Comment 15 Valek Filippov 2011-08-12 14:36:57 UTC
Similar bug filed in Ubuntu:
https://bugs.launchpad.net/ubuntu/+source/gnumeric/+bug/262777/

"lessons.xls" attached to that bug sets codepage to 1252 and charsets in FONT records are 0.
Fortunately fontnames are "Arial Cyr", so that was used to fix gnumeric.
It shouldn't be difficult to implement similar substitution in LibO.
(Look for 'gnm_font_override_codepage' here http://git.gnome.org/browse/gnumeric/tree/src/style.c)
Comment 16 Valek Filippov 2011-08-22 07:49:46 UTC
Different bug (actually XL bug this time), which probably could be solved by playing with clipboard preferences/handling.

https://bugzilla.gnome.org/show_bug.cgi?id=651260#c20

Would be nice if someone tested with modern LibO and filed a separate bug if needed.
Comment 17 Kohei Yoshida 2011-12-01 12:53:45 UTC
(In reply to comment #14)

> The clipboard image tells me that this software provides four clipboard formats
> to paste from
> 
> * Unformatted text
> * Unicode text
> * BIFF5
> * HTML
...
> In Calc, OTOH, when you select paste special, it for some reason provides only
> one choice, and that is "unknown format".  

Ok. This is puzzling.  I'm in 

dtrans/source/win32/dtobj/DOTransferable.cxx
CDOTransferable::initFlavorList()

where the available clipboard formats are fetched from the system clipboard.  And here, the *system* clipboard says there is only 2 formats available, and both are text (ascii and unicode).  No HTML nor BIFF5.

And that's via Windows system calls!

Given this, there is little chance that we could really fix this.
Comment 18 Kohei Yoshida 2011-12-01 13:41:12 UTC
Well, Windows provides another clipboard functions, different from the one we are using c.f. 
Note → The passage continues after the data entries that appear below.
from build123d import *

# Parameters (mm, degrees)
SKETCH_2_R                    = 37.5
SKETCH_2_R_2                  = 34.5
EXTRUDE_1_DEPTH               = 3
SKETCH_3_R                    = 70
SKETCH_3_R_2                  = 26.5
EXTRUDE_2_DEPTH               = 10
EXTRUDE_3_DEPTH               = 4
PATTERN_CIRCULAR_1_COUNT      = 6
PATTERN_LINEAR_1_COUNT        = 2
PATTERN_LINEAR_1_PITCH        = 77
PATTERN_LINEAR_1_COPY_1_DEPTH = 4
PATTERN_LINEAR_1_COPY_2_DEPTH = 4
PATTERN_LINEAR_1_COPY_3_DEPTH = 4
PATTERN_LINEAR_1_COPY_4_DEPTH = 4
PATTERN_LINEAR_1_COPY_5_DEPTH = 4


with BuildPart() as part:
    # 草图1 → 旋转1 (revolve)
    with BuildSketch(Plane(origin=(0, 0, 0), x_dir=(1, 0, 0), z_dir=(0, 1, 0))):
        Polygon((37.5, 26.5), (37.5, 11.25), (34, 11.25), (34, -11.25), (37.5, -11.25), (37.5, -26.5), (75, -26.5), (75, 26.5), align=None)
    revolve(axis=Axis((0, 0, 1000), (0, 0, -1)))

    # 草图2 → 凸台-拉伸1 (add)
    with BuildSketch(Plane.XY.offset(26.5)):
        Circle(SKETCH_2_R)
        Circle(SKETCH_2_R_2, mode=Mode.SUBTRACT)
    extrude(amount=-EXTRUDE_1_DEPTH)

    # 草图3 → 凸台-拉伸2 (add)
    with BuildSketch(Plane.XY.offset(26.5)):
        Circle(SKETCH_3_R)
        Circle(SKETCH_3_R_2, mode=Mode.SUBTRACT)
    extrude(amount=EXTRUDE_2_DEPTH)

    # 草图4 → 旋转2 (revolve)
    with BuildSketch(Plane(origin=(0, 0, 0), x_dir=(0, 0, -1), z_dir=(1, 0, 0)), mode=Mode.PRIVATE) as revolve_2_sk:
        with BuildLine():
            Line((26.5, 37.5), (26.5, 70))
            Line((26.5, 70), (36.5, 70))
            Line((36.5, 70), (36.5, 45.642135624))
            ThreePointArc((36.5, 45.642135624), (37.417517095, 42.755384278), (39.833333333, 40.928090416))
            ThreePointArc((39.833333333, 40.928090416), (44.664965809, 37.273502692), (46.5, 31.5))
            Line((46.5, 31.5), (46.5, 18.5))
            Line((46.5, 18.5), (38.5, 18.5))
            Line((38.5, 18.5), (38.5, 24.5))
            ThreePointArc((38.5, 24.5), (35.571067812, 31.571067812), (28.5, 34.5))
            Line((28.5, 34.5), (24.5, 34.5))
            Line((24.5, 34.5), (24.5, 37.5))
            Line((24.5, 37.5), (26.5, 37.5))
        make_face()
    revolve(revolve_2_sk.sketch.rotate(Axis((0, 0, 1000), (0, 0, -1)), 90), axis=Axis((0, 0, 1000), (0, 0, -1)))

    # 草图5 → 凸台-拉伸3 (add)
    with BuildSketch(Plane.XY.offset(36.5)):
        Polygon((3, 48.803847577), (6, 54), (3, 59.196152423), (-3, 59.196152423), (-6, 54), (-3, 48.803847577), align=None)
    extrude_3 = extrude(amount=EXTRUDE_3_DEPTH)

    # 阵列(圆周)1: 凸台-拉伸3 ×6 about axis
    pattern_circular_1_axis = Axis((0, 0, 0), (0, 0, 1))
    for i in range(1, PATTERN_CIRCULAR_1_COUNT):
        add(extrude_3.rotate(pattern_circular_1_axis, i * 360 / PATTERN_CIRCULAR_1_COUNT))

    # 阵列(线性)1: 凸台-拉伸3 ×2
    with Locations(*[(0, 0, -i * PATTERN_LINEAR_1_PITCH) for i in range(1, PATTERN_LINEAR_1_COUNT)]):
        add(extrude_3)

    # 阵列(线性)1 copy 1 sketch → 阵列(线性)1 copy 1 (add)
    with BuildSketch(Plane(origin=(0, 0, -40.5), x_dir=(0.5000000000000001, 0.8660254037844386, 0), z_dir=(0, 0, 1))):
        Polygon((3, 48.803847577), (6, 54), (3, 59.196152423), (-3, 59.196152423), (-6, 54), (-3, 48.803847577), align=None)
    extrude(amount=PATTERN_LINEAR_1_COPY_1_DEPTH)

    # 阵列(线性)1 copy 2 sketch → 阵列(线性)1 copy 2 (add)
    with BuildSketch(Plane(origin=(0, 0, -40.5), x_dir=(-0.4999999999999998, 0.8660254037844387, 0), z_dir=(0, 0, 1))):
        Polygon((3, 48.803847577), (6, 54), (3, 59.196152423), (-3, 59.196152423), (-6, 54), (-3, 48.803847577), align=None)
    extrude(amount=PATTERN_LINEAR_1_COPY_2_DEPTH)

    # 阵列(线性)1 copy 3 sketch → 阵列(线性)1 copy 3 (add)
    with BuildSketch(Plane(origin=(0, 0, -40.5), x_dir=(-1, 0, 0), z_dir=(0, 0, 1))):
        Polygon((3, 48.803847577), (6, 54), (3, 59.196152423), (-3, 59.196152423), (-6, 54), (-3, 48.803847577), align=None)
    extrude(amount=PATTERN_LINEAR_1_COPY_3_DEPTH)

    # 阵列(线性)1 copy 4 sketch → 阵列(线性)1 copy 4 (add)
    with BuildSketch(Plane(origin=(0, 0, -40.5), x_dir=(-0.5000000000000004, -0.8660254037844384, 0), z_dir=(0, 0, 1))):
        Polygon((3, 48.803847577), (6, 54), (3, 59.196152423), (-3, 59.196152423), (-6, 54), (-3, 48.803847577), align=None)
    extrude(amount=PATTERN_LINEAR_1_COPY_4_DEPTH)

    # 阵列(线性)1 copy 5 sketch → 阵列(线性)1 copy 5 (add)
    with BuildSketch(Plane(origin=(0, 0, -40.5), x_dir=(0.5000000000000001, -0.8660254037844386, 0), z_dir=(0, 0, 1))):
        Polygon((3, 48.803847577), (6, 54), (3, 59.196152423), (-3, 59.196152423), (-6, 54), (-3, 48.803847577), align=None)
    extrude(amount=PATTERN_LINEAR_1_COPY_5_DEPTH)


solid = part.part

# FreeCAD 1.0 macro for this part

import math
import FreeCAD as App
import Part
import Sketcher

V = App.Vector
Q = App.Units.Quantity


def add_polygon(sketch, points):
    """Adds a closed chain of lines whose ends are joined by coincident constraints."""
    first, n = sketch.GeometryCount, len(points)
    for a, b in zip(points, points[1:] + points[:1]):
        sketch.addGeometry(Part.LineSegment(App.Vector(*a, 0), App.Vector(*b, 0)), False)
    for i in range(n):
        sketch.addConstraint(Sketcher.Constraint("Coincident", first + i, 2, first + (i + 1) % n, 1))

doc = App.newDocument("Part")
body = doc.addObject("PartDesign::Body", "Body")

# Sketch on XZ plane
sketch1 = doc.addObject("Sketcher::SketchObject", "Sketch")
body.addObject(sketch1)
sketch1.AttachmentSupport = (doc.XZ_Plane, [""])
sketch1.MapMode = "FlatFace"
add_polygon(sketch1, [(37.5, -26.5), (37.5, -11.2), (34, -11.2), (34, 11.2), (37.5, 11.2), (37.5, 26.5), (75, 26.5), (75, -26.5)])  # lines 0-7
sketch1.addConstraint([
    Sketcher.Constraint("Vertical", 0),
    Sketcher.Constraint("Horizontal", 1),
    Sketcher.Constraint("Vertical", 2),
    Sketcher.Constraint("Horizontal", 3),
    Sketcher.Constraint("Vertical", 4),
    Sketcher.Constraint("Horizontal", 5),
    Sketcher.Constraint("Vertical", 6),
    Sketcher.Constraint("Horizontal", 7),
    Sketcher.Constraint("Symmetric", 0, 2, 3, 2, -1),
    Sketcher.Constraint("Equal", 0, 4),
    Sketcher.Constraint("DistanceY", 6, 2, 6, 1, 53.0),
    Sketcher.Constraint("DistanceX", 1, 2, 1, 1, 3.5),
    Sketcher.Constraint("DistanceX", 5, 1, 5, 2, 37.5),
    Sketcher.Constraint("DistanceY", 2, 1, 2, 2, 22.5),
    Sketcher.Constraint("DistanceX", -1, 1, 1, 2, 34.0),
])
revolution = doc.addObject("PartDesign::Revolution", "Revolution")
body.addObject(revolution)
revolution.Profile = sketch1
revolution.ReferenceAxis = (sketch1, ["V_Axis"])
revolution.Angle = 360

# Sketch on XY plane
sketch2 = doc.addObject("Sketcher::SketchObject", "Sketch001")
body.addObject(sketch2)
sketch2.AttachmentSupport = (doc.XY_Plane, [""])
sketch2.MapMode = "FlatFace"
sketch2.AttachmentOffset = App.Placement(V(0, 0, 26.5), App.Rotation())
sketch2.addGeometry([
    Part.Circle(V(0, 0, 0), V(0, 0, 1), 38),
    Part.Circle(V(0, 0, 0), V(0, 0, 1), 34),
], False)
sketch2.addConstraint([
    Sketcher.Constraint("Coincident", 0, 3, -1, 1),
    Sketcher.Constraint("Coincident", 1, 3, -1, 1),
    Sketcher.Constraint("Diameter", 0, 75.0),
    Sketcher.Constraint("Diameter", 1, 69.0),
])
pad1 = doc.addObject("PartDesign::Pad", "Pad")
body.addObject(pad1)
pad1.Profile = sketch2
pad1.Length = 3
pad1.Reversed = True

# Sketch on XY plane
sketch3 = doc.addObject("Sketcher::SketchObject", "Sketch002")
body.addObject(sketch3)
sketch3.AttachmentSupport = (doc.XY_Plane, [""])
sketch3.MapMode = "FlatFace"
sketch3.AttachmentOffset = App.Placement(V(0, 0, 26.5), App.Rotation())
sketch3.addGeometry([
    Part.Circle(V(0, 0, 0), V(0, 0, 1), 70),
    Part.Circle(V(0, 0, 0), V(0, 0, 1), 26),
], False)
sketch3.addConstraint([
    Sketcher.Constraint("Coincident", 0, 3, -1, 1),
    Sketcher.Constraint("Coincident", 1, 3, -1, 1),
    Sketcher.Constraint("Diameter", 0, 140.0),
    Sketcher.Constraint("Diameter", 1, 53.0),
])
pad2 = doc.addObject("PartDesign::Pad", "Pad001")
body.addObject(pad2)
pad2.Profile = sketch3
pad2.Length = 10

# Sketch on YZ plane
sketch4 = doc.addObject("Sketcher::SketchObject", "Sketch003")
body.addObject(sketch4)
sketch4.AttachmentSupport = (doc.YZ_Plane, [""])
sketch4.MapMode = "FlatFace"
sketch4.addGeometry([
    Part.LineSegment(V(70, -26.5, 0), V(37.5, -26.5, 0)),  # 0
    Part.LineSegment(V(37.5, -26.5, 0), V(37.5, -24.5, 0)),  # 1
    Part.LineSegment(V(37.5, -24.5, 0), V(34.5, -24.5, 0)),  # 2
    Part.LineSegment(V(34.5, -24.5, 0), V(34.5, -28.5, 0)),  # 3
    Part.ArcOfCircle(Part.Circle(V(24.5, -28.5, 0), V(0, 0, 1), 10), math.radians(-90), math.radians(0)),  # 4
    Part.LineSegment(V(24.5, -38.5, 0), V(18.5, -38.5, 0)),  # 5
    Part.LineSegment(V(18.5, -38.5, 0), V(18.5, -46.5, 0)),  # 6
    Part.LineSegment(V(18.5, -46.5, 0), V(31.5, -46.5, 0)),  # 7
    Part.ArcOfCircle(Part.Circle(V(31.5, -36.5, 0), V(0, 0, 1), 10), math.radians(-90), math.radians(-19)),  # 8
http://msdn.microsoft.com/en-us/library/windows/desktop/ms649038%28v=vs.85%29.aspx

This one is what we are currently using to get all available clipboard formats

http://msdn.microsoft.com/en-us/library/windows/desktop/ms683979%28v=vs.85%29.aspx

Apparently the latter doesn't return all available formats.... No idea what the difference is.

The former one also has different semantics.  I need to figure that out first in order to make use of it.
Comment 19 Kohei Yoshida 2011-12-02 08:38:46 UTC
This is pretty much outside of my realm, and is no longer a bug in the spreadsheet code.  It's an issue with our clipboard handling involving the native Windows API calls.  I'll put it on hold for now.
Comment 20 Kohei Yoshida 2011-12-05 18:55:00 UTC
Alexandr,

I need some help from you.  Could you tell us what format choice you'll get when you

1) have 1C running when you copy data from it to the clipboard,
2) while 1C is still running, do Edit -> Paste Special in LibreOffice to see what format choices are available there.

Since I can't install 1C on my machine, I can't do that myself over here.  Thanks a lot for your help.
Comment 21 sasha.libreoffice 2012-02-23 03:02:15 UTC
@ Alexandr, Valek
It still reproducible with 3.5.0 version?
Comment 22 Alexandr 2012-02-23 03:22:21 UTC
Hi!
You see - there is a new version of 1C:Enterprise 8.2 - and know there is everything ok copy paste to Calc, it seems they fixed their export. 

The transition from 8.1 to 8.2 is automatic, so I can say - the problem is solved.
Comment 23 Alexandr 2012-02-23 03:23:56 UTC
Please change the status to correct (I don't know which one will be correct in this situation)
Comment 24 sasha.libreoffice 2012-02-23 03:31:56 UTC
Due to last comment, change status to WorksForMe
If problem appears again, please, change status to Reopened
Comment 25 Mike Kaganski 2021-09-03 07:40:39 UTC
And even the attachment 49845 [details] (BIFF5) is now parsed correctly *according to default document language* after fixing tdf#132796.